Required work: Among the entries below, extract exactly the lines that run from the one with "f 182 180 287" through the one with "f 271 341 339", both ends included.

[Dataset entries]
===============
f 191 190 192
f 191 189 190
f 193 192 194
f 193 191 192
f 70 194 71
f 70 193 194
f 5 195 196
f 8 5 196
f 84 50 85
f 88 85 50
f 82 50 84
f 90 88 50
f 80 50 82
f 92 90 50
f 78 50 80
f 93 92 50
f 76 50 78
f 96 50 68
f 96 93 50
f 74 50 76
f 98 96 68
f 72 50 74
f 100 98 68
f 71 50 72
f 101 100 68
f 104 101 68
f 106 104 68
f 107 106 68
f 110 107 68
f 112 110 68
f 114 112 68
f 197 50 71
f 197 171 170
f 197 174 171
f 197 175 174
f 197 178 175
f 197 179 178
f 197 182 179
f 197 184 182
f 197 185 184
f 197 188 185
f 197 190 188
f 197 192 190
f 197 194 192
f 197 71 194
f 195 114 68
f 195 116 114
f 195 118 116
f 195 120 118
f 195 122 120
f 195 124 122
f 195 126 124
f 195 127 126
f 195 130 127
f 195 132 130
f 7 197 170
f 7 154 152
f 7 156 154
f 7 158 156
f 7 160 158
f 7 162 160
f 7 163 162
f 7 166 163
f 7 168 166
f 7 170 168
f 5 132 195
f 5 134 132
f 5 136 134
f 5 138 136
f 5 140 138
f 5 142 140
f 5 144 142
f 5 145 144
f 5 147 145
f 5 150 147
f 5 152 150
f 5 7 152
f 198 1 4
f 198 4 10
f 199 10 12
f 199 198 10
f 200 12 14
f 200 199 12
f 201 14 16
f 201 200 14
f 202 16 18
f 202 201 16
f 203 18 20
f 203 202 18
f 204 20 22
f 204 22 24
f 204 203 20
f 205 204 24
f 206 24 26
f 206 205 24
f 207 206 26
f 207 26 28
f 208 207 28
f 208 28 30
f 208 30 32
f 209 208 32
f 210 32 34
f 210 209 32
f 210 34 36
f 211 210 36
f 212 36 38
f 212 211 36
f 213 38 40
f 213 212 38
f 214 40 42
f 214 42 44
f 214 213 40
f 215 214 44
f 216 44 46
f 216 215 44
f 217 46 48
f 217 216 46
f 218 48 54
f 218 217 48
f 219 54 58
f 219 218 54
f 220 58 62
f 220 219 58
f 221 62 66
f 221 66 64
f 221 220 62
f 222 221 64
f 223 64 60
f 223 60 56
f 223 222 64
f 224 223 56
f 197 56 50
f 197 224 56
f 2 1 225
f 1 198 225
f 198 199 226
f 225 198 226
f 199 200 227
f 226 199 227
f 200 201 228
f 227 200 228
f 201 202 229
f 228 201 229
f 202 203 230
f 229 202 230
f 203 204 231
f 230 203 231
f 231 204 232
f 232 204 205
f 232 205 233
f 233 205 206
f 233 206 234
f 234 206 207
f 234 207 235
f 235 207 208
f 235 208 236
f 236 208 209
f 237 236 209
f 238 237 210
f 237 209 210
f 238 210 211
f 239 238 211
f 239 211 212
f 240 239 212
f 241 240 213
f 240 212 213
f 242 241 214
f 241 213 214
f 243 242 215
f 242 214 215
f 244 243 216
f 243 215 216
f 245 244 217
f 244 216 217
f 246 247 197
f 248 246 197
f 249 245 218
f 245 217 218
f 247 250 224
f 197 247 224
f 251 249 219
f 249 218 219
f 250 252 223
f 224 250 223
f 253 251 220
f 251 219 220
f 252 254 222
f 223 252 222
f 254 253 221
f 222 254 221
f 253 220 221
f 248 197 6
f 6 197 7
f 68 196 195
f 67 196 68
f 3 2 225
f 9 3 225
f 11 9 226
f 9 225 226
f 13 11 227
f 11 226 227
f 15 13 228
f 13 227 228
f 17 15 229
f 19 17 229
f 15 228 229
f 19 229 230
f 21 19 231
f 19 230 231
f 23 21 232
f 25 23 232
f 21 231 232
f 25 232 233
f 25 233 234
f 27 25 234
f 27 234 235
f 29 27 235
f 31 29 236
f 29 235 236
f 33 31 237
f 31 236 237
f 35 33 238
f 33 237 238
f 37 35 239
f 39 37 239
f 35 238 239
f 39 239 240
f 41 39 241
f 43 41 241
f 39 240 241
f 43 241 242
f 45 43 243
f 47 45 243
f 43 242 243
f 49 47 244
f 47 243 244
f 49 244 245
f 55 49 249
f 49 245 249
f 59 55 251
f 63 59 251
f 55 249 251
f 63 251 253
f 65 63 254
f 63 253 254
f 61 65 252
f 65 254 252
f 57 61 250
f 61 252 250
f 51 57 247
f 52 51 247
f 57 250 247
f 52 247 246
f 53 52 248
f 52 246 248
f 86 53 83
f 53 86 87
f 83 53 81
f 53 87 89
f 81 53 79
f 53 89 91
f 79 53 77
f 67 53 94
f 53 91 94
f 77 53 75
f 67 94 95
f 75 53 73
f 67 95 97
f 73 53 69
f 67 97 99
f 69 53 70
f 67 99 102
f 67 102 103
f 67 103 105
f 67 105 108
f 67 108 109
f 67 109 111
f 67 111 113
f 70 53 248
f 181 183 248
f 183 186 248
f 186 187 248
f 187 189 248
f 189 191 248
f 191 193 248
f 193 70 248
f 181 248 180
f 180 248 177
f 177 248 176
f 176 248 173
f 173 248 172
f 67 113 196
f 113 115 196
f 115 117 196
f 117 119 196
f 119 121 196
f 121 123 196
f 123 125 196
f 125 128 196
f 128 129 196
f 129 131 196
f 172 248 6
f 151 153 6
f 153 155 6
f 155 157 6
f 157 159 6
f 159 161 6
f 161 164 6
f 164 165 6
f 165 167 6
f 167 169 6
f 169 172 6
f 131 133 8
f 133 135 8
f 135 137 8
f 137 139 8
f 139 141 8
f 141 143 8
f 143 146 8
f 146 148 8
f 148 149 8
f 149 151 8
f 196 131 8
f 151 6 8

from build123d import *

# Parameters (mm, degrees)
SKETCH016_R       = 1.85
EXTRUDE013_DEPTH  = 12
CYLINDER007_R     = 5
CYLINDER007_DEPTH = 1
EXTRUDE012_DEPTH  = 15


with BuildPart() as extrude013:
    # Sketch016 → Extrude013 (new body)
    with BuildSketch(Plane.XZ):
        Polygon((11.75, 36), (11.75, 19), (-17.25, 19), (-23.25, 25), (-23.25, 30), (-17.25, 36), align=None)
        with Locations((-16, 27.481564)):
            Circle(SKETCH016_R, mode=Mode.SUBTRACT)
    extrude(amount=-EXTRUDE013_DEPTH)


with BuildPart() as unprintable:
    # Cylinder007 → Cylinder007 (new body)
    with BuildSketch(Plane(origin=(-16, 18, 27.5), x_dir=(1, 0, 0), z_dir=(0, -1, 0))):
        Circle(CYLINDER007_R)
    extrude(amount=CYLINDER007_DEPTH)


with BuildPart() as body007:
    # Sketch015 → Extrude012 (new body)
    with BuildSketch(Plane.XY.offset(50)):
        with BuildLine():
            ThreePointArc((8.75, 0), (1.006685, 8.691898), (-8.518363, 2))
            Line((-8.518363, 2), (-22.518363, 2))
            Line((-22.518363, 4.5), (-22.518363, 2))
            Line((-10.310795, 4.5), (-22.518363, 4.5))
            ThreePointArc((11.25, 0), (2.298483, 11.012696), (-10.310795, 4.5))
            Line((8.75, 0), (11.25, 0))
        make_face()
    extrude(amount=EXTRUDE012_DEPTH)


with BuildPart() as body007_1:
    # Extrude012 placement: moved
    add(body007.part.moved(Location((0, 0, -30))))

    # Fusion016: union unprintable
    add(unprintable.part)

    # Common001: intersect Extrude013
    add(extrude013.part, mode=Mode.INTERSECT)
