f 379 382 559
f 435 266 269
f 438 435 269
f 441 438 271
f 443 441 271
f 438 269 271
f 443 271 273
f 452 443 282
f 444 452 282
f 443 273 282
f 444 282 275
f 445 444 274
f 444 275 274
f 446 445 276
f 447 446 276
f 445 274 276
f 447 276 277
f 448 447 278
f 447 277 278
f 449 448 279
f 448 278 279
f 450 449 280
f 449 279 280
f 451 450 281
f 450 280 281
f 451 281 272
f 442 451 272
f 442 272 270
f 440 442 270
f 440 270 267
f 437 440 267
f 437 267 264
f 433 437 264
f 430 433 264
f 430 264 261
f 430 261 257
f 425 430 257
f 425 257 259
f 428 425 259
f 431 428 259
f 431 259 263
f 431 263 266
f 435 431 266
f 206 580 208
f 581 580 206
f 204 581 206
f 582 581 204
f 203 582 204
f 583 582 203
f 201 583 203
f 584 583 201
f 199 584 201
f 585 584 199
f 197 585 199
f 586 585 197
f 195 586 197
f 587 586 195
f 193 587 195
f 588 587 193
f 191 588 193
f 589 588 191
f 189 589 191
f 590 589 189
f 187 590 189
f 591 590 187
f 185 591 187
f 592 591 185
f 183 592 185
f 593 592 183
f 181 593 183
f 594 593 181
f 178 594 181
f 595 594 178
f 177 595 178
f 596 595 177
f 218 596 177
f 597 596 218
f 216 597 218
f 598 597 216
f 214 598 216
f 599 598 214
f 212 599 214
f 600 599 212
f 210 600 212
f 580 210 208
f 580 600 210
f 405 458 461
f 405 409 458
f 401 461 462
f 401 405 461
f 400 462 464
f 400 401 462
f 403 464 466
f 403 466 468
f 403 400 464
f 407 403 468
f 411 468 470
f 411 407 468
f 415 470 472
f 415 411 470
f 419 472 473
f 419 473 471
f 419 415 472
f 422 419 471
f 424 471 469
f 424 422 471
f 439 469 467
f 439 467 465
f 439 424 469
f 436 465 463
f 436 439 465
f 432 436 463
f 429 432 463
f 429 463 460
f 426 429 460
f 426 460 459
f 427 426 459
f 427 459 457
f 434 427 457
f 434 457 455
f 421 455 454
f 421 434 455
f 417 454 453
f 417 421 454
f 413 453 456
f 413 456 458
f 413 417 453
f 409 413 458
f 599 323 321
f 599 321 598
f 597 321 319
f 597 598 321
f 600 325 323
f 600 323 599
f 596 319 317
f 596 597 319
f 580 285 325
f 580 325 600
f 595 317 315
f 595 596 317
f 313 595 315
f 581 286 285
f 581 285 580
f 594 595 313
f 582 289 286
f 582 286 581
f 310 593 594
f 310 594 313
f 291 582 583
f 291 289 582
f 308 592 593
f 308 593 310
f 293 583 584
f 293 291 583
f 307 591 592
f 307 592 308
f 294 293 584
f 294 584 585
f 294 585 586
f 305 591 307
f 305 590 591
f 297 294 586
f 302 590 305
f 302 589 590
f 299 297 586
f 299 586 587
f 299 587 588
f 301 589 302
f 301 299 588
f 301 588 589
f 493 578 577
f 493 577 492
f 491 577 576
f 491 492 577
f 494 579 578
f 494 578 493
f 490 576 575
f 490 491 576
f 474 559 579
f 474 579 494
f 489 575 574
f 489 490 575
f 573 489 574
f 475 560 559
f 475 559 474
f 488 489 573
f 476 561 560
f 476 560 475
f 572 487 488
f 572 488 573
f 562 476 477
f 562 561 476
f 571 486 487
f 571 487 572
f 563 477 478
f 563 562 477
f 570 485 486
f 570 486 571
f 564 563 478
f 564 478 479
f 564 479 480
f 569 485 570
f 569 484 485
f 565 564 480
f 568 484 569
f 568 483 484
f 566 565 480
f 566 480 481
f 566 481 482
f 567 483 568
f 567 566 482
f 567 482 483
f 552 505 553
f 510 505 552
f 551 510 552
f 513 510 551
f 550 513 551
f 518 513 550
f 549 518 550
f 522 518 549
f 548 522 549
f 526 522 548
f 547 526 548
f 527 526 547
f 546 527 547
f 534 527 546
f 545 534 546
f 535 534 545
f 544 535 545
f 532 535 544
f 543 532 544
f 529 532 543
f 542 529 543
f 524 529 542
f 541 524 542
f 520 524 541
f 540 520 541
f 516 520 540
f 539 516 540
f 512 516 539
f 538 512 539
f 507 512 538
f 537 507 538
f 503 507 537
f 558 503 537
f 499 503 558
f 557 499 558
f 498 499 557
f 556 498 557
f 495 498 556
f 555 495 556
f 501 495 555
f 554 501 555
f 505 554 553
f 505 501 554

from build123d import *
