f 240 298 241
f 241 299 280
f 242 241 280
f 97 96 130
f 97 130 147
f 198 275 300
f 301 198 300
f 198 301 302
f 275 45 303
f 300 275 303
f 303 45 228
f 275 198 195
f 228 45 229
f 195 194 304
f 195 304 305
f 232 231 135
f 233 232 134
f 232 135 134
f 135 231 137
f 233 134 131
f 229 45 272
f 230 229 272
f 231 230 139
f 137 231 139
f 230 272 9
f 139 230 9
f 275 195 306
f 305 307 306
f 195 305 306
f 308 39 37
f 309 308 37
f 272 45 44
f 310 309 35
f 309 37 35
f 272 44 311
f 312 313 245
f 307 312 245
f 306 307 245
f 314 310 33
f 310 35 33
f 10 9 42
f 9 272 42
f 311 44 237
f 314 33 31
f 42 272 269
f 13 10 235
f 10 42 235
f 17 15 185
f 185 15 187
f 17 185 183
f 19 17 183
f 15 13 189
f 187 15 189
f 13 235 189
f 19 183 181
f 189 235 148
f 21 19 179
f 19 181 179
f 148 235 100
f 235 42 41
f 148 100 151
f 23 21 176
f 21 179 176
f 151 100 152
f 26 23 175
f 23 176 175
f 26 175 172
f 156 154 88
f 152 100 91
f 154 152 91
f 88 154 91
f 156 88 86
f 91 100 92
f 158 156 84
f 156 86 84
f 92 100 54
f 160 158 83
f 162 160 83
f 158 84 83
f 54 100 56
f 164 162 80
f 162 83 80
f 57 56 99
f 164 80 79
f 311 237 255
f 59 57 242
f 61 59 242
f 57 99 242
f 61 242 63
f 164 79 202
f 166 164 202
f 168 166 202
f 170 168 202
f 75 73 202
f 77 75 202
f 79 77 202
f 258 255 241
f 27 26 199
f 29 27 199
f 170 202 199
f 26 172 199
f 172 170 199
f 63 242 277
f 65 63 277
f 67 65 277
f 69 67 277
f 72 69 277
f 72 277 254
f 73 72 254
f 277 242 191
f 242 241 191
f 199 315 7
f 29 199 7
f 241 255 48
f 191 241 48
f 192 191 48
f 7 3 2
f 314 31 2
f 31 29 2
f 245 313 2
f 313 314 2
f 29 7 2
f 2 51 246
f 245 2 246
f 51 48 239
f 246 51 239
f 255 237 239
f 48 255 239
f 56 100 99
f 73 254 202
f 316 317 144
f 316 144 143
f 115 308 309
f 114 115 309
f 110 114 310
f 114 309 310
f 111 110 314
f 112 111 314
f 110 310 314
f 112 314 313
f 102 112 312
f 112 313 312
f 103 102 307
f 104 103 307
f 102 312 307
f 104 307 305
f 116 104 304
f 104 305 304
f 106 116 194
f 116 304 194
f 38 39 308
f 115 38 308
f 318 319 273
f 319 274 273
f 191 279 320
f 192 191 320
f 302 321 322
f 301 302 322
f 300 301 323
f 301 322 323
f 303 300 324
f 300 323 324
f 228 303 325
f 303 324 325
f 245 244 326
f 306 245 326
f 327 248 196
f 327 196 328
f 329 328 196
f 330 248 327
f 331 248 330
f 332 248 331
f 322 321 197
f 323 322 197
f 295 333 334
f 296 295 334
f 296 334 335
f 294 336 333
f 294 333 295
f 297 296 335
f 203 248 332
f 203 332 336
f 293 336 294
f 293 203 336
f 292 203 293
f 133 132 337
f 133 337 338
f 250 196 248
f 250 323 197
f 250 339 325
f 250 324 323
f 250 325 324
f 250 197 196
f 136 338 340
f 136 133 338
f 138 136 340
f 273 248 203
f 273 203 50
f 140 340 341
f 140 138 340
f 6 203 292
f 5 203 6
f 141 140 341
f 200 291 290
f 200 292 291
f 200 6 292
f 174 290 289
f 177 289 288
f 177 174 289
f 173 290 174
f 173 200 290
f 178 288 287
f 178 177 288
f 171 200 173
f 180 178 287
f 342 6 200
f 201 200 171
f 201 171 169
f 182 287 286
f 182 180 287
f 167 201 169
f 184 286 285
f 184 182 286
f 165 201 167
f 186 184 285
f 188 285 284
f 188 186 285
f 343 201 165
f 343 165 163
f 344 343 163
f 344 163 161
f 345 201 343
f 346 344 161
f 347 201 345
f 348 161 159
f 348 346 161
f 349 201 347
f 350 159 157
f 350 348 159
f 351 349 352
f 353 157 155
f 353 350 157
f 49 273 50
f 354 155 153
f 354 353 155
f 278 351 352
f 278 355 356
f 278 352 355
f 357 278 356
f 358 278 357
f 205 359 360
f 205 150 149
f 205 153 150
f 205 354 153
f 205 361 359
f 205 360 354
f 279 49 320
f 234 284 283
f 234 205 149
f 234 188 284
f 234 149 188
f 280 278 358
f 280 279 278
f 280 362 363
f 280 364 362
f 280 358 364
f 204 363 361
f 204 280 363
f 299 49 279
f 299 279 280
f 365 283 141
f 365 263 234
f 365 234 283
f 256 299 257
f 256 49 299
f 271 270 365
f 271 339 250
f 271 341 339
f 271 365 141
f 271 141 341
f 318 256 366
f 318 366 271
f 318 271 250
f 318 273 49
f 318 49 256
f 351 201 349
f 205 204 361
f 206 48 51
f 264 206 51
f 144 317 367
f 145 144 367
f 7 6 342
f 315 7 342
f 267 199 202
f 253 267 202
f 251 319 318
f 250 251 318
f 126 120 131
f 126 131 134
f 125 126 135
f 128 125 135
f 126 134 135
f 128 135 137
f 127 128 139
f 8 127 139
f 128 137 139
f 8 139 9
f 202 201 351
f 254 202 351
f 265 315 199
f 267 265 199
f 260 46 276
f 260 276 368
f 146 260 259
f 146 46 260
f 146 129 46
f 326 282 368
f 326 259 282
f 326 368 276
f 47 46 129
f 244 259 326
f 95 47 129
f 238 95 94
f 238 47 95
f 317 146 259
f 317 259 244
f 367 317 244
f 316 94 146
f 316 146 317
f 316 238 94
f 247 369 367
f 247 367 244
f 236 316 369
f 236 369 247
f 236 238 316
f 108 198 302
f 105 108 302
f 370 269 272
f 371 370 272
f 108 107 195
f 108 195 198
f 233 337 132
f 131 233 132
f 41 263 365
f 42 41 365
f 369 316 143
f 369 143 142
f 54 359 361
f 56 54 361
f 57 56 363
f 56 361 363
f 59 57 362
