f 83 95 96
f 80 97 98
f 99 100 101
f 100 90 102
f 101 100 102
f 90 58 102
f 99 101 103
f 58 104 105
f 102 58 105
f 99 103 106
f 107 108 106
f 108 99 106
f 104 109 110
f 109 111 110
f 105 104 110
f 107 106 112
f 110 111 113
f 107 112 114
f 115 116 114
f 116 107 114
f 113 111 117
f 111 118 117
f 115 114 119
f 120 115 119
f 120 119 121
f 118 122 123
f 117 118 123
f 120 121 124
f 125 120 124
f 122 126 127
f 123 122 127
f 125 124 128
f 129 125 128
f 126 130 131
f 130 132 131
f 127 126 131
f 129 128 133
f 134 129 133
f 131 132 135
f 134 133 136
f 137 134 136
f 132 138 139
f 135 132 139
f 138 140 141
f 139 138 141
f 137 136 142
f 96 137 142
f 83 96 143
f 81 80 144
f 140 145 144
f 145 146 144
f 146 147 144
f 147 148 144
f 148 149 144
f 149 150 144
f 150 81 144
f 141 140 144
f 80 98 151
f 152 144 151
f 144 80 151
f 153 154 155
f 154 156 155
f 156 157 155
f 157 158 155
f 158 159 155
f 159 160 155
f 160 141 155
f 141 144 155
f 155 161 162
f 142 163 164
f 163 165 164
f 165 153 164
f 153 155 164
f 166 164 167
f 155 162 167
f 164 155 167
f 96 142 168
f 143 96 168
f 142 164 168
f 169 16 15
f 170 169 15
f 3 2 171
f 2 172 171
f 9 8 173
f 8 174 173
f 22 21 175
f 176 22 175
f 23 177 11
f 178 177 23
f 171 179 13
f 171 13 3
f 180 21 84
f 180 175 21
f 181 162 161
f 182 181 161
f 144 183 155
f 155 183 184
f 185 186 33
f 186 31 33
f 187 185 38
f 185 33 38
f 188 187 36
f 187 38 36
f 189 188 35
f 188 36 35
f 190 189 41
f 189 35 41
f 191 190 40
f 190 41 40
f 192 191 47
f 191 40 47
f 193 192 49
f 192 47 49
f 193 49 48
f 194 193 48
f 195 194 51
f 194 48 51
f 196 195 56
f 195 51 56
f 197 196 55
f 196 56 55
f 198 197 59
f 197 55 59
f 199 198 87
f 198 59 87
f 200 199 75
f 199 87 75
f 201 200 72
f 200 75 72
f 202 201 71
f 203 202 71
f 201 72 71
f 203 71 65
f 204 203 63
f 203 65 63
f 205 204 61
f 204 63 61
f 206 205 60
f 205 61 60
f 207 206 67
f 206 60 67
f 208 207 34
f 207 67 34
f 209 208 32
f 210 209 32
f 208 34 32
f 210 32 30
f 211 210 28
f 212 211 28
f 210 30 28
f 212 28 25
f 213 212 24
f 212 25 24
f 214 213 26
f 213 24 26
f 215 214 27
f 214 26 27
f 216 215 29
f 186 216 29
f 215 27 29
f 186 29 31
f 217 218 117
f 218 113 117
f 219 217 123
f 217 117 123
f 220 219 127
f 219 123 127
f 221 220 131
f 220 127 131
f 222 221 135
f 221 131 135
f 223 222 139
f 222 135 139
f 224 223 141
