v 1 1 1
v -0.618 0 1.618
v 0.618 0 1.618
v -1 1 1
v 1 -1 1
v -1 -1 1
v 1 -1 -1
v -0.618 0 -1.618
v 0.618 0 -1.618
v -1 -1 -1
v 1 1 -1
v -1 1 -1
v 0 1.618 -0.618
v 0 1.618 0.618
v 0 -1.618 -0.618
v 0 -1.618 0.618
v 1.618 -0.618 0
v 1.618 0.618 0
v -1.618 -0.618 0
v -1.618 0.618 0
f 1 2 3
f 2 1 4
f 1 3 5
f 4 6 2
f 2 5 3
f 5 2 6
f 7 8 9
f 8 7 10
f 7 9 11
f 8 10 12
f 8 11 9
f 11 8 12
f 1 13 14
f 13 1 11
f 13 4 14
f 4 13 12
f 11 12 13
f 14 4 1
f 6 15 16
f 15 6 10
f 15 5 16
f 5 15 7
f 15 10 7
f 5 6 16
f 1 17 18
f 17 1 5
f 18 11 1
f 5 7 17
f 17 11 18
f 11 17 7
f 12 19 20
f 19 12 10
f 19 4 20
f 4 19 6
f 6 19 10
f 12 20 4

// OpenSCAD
rpenta = 1/sin(72);

// rpenta * 1/2*sqrt(2)*sqrt(-sqrt(5) + 5)
cpenta = rpenta * sqrt(pow(sin(72), 2) + pow(1-cos(72), 2));

// z^2 + (1-cpenta/2)^2 + 1 = cpenta^2
// zc = sqrt(pow(cpenta, 2) - (pow(1-cpenta/2, 2) + 1));
zc = cpenta/2;

module dodecaprism() {
     polyhedron ( points = [
		       [ 1, 1, 0],
		       [ 1,-1, 0],
		       [-1, 1, 0],
		       [-1,-1, 0],
		       [ cpenta/2,0,zc],
		       [-cpenta/2,0,zc]
		       ],
                 faces = [[0,2,1],
                          [1,2,3],
                          [0,1,4],
			  [0,4,2],
			  [2,4,5],
			  [1,3,4],
			  [3,5,4],
			  [2,5,3]
		      ]
             );

};

module dodecahedron(scl) {
  scale(scl) {
    cube(2, center=true);
    translate([0,0,1]) dodecaprism();
    translate([0,0,-1]) rotate([180,0,0]) dodecaprism();
    rotate([-90,90,0]) translate([0,0,1]) dodecaprism();
    rotate([-90,90,180]) translate([0,0,1]) dodecaprism();
    rotate([90,0,0]) rotate([0,90,0]) translate([0,0,1]) dodecaprism();
    rotate([90,0,180]) rotate([0,90,0]) translate([0,0,1]) dodecaprism();
  }
};

dodecahedron();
===============
Output for this exercise:
f 182 180 287
f 167 201 169
f 184 286 285
f 184 182 286
f 165 201 167
f 186 184 285
f 188 285 284
f 188 186 285
f 343 201 165
f 343 165 163
f 344 343 163
f 344 163 161
f 345 201 343
f 346 344 161
f 347 201 345
f 348 161 159
f 348 346 161
f 349 201 347
f 350 159 157
f 350 348 159
f 351 349 352
f 353 157 155
f 353 350 157
f 49 273 50
f 354 155 153
f 354 353 155
f 278 351 352
f 278 355 356
f 278 352 355
f 357 278 356
f 358 278 357
f 205 359 360
f 205 150 149
f 205 153 150
f 205 354 153
f 205 361 359
f 205 360 354
f 279 49 320
f 234 284 283
f 234 205 149
f 234 188 284
f 234 149 188
f 280 278 358
f 280 279 278
f 280 362 363
f 280 364 362
f 280 358 364
f 204 363 361
f 204 280 363
f 299 49 279
f 299 279 280
f 365 283 141
f 365 263 234
f 365 234 283
f 256 299 257
f 256 49 299
f 271 270 365
f 271 339 250
f 271 341 339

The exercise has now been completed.